=== Begin Enclosure ===
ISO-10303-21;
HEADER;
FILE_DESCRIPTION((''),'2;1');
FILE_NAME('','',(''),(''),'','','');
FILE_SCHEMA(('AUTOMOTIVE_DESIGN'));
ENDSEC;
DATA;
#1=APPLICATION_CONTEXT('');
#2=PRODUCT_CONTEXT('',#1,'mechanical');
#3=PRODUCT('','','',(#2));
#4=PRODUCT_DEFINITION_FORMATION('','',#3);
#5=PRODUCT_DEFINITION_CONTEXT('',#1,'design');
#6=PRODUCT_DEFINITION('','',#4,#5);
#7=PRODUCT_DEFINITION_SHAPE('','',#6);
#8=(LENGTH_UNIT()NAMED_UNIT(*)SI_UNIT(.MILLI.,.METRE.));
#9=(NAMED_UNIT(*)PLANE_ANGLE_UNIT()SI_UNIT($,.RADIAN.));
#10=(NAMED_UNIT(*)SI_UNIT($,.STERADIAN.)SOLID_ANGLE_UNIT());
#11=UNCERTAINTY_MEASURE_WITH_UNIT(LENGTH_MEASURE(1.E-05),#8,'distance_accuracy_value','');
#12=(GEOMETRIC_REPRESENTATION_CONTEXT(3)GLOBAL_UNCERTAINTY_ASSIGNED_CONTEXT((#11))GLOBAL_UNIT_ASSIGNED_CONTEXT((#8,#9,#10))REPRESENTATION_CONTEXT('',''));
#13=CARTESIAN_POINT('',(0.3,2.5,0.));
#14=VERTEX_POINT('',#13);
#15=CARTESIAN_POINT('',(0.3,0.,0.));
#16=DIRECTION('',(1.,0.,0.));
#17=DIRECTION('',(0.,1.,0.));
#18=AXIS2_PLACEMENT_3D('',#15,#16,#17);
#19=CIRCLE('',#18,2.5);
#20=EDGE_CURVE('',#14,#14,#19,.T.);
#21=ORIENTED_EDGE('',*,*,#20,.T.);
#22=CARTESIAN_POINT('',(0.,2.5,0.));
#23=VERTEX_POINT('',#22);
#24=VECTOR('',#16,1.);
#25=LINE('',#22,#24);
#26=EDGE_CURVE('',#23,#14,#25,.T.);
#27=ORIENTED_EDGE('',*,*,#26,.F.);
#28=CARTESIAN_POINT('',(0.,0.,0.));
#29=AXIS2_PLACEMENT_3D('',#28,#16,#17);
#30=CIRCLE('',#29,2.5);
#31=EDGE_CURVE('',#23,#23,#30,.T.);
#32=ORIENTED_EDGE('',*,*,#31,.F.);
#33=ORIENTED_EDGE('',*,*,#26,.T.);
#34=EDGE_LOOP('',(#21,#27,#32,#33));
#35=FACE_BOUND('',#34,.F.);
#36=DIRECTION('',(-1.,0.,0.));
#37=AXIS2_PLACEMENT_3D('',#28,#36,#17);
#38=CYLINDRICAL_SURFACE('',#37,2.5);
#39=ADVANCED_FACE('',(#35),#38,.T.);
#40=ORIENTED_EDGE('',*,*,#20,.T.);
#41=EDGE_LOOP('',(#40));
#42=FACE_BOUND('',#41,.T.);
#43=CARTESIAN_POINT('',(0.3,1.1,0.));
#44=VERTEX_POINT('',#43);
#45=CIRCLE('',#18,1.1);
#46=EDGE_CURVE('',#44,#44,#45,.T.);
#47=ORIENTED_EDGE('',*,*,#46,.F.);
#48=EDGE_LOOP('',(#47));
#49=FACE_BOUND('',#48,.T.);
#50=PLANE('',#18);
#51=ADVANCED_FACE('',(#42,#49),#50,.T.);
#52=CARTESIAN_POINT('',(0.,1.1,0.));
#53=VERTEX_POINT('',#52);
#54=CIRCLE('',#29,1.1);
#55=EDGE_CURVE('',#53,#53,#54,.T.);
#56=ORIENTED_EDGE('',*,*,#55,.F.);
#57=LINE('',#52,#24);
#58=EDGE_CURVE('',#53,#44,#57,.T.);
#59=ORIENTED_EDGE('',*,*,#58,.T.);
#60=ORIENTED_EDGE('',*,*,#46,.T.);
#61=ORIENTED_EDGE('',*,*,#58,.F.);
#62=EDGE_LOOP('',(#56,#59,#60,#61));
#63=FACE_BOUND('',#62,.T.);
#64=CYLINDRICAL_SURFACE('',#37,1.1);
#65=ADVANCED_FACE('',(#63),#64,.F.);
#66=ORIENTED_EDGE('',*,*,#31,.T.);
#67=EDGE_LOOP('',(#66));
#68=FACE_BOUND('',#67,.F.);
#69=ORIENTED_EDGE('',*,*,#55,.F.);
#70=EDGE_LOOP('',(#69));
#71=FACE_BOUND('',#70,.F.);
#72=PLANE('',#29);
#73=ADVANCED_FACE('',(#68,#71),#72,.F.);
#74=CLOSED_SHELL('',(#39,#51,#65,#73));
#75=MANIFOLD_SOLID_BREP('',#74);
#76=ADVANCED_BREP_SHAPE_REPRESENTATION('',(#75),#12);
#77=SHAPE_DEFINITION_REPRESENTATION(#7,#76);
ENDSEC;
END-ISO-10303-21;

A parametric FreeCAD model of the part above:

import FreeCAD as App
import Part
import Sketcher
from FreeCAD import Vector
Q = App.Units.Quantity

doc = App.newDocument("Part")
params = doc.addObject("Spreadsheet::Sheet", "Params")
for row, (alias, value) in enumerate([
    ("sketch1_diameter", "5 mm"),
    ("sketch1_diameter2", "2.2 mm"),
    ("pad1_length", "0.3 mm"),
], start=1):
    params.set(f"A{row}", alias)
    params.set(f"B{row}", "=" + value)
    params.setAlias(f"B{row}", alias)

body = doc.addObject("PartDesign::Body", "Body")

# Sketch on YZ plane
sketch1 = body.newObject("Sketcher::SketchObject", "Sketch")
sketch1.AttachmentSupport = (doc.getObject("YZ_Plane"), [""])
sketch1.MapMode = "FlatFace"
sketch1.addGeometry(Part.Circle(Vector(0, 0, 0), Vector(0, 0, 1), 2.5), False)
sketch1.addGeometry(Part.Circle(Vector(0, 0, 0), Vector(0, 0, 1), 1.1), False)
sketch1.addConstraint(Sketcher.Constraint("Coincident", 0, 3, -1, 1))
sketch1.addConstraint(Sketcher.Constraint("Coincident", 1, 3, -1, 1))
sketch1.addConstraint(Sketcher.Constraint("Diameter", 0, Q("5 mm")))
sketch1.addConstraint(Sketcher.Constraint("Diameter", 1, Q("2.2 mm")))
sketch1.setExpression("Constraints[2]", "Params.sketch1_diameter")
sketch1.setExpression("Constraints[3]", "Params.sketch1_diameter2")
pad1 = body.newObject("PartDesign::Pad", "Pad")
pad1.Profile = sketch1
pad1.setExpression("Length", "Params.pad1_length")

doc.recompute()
=== End Enclosure ===
You are asked to copy all of the entries above exactly.

→ **Response area**:
ISO-10303-21;
HEADER;
FILE_DESCRIPTION((''),'2;1');
FILE_NAME('','',(''),(''),'','','');
FILE_SCHEMA(('AUTOMOTIVE_DESIGN'));
ENDSEC;
DATA;
#1=APPLICATION_CONTEXT('');
#2=PRODUCT_CONTEXT('',#1,'mechanical');
#3=PRODUCT('','','',(#2));
#4=PRODUCT_DEFINITION_FORMATION('','',#3);
#5=PRODUCT_DEFINITION_CONTEXT('',#1,'design');
#6=PRODUCT_DEFINITION('','',#4,#5);
#7=PRODUCT_DEFINITION_SHAPE('','',#6);
#8=(LENGTH_UNIT()NAMED_UNIT(*)SI_UNIT(.MILLI.,.METRE.));
#9=(NAMED_UNIT(*)PLANE_ANGLE_UNIT()SI_UNIT($,.RADIAN.));
#10=(NAMED_UNIT(*)SI_UNIT($,.STERADIAN.)SOLID_ANGLE_UNIT());
#11=UNCERTAINTY_MEASURE_WITH_UNIT(LENGTH_MEASURE(1.E-05),#8,'distance_accuracy_value','');
#12=(GEOMETRIC_REPRESENTATION_CONTEXT(3)GLOBAL_UNCERTAINTY_ASSIGNED_CONTEXT((#11))GLOBAL_UNIT_ASSIGNED_CONTEXT((#8,#9,#10))REPRESENTATION_CONTEXT('',''));
#13=CARTESIAN_POINT('',(0.3,2.5,0.));
#14=VERTEX_POINT('',#13);
#15=CARTESIAN_POINT('',(0.3,0.,0.));
#16=DIRECTION('',(1.,0.,0.));
#17=DIRECTION('',(0.,1.,0.));
#18=AXIS2_PLACEMENT_3D('',#15,#16,#17);
#19=CIRCLE('',#18,2.5);
#20=EDGE_CURVE('',#14,#14,#19,.T.);
#21=ORIENTED_EDGE('',*,*,#20,.T.);
#22=CARTESIAN_POINT('',(0.,2.5,0.));
#23=VERTEX_POINT('',#22);
#24=VECTOR('',#16,1.);
#25=LINE('',#22,#24);
#26=EDGE_CURVE('',#23,#14,#25,.T.);
#27=ORIENTED_EDGE('',*,*,#26,.F.);
#28=CARTESIAN_POINT('',(0.,0.,0.));
#29=AXIS2_PLACEMENT_3D('',#28,#16,#17);
#30=CIRCLE('',#29,2.5);
#31=EDGE_CURVE('',#23,#23,#30,.T.);
#32=ORIENTED_EDGE('',*,*,#31,.F.);
#33=ORIENTED_EDGE('',*,*,#26,.T.);
#34=EDGE_LOOP('',(#21,#27,#32,#33));
#35=FACE_BOUND('',#34,.F.);
#36=DIRECTION('',(-1.,0.,0.));
#37=AXIS2_PLACEMENT_3D('',#28,#36,#17);
#38=CYLINDRICAL_SURFACE('',#37,2.5);
#39=ADVANCED_FACE('',(#35),#38,.T.);
#40=ORIENTED_EDGE('',*,*,#20,.T.);
#41=EDGE_LOOP('',(#40));
#42=FACE_BOUND('',#41,.T.);
#43=CARTESIAN_POINT('',(0.3,1.1,0.));
#44=VERTEX_POINT('',#43);
#45=CIRCLE('',#18,1.1);
#46=EDGE_CURVE('',#44,#44,#45,.T.);
#47=ORIENTED_EDGE('',*,*,#46,.F.);
#48=EDGE_LOOP('',(#47));
#49=FACE_BOUND('',#48,.T.);
#50=PLANE('',#18);
#51=ADVANCED_FACE('',(#42,#49),#50,.T.);
#52=CARTESIAN_POINT('',(0.,1.1,0.));
#53=VERTEX_POINT('',#52);
#54=CIRCLE('',#29,1.1);
#55=EDGE_CURVE('',#53,#53,#54,.T.);
#56=ORIENTED_EDGE('',*,*,#55,.F.);
#57=LINE('',#52,#24);
#58=EDGE_CURVE('',#53,#44,#57,.T.);
#59=ORIENTED_EDGE('',*,*,#58,.T.);
#60=ORIENTED_EDGE('',*,*,#46,.T.);
#61=ORIENTED_EDGE('',*,*,#58,.F.);
#62=EDGE_LOOP('',(#56,#59,#60,#61));
#63=FACE_BOUND('',#62,.T.);
#64=CYLINDRICAL_SURFACE('',#37,1.1);
#65=ADVANCED_FACE('',(#63),#64,.F.);
#66=ORIENTED_EDGE('',*,*,#31,.T.);
#67=EDGE_LOOP('',(#66));
#68=FACE_BOUND('',#67,.F.);
#69=ORIENTED_EDGE('',*,*,#55,.F.);
#70=EDGE_LOOP('',(#69));
#71=FACE_BOUND('',#70,.F.);
#72=PLANE('',#29);
#73=ADVANCED_FACE('',(#68,#71),#72,.F.);
#74=CLOSED_SHELL('',(#39,#51,#65,#73));
#75=MANIFOLD_SOLID_BREP('',#74);
#76=ADVANCED_BREP_SHAPE_REPRESENTATION('',(#75),#12);
#77=SHAPE_DEFINITION_REPRESENTATION(#7,#76);
ENDSEC;
END-ISO-10303-21;

A parametric FreeCAD model of the part above:

import FreeCAD as App
import Part
import Sketcher
from FreeCAD import Vector
Q = App.Units.Quantity

doc = App.newDocument("Part")
params = doc.addObject("Spreadsheet::Sheet", "Params")
for row, (alias, value) in enumerate([
    ("sketch1_diameter", "5 mm"),
    ("sketch1_diameter2", "2.2 mm"),
    ("pad1_length", "0.3 mm"),
], start=1):
    params.set(f"A{row}", alias)
    params.set(f"B{row}", "=" + value)
    params.setAlias(f"B{row}", alias)

body = doc.addObject("PartDesign::Body", "Body")

# Sketch on YZ plane
sketch1 = body.newObject("Sketcher::SketchObject", "Sketch")
sketch1.AttachmentSupport = (doc.getObject("YZ_Plane"), [""])
sketch1.MapMode = "FlatFace"
sketch1.addGeometry(Part.Circle(Vector(0, 0, 0), Vector(0, 0, 1), 2.5), False)
sketch1.addGeometry(Part.Circle(Vector(0, 0, 0), Vector(0, 0, 1), 1.1), False)
sketch1.addConstraint(Sketcher.Constraint("Coincident", 0, 3, -1, 1))
sketch1.addConstraint(Sketcher.Constraint("Coincident", 1, 3, -1, 1))
sketch1.addConstraint(Sketcher.Constraint("Diameter", 0, Q("5 mm")))
sketch1.addConstraint(Sketcher.Constraint("Diameter", 1, Q("2.2 mm")))
sketch1.setExpression("Constraints[2]", "Params.sketch1_diameter")
sketch1.setExpression("Constraints[3]", "Params.sketch1_diameter2")
pad1 = body.newObject("PartDesign::Pad", "Pad")
pad1.Profile = sketch1
pad1.setExpression("Length", "Params.pad1_length")

doc.recompute()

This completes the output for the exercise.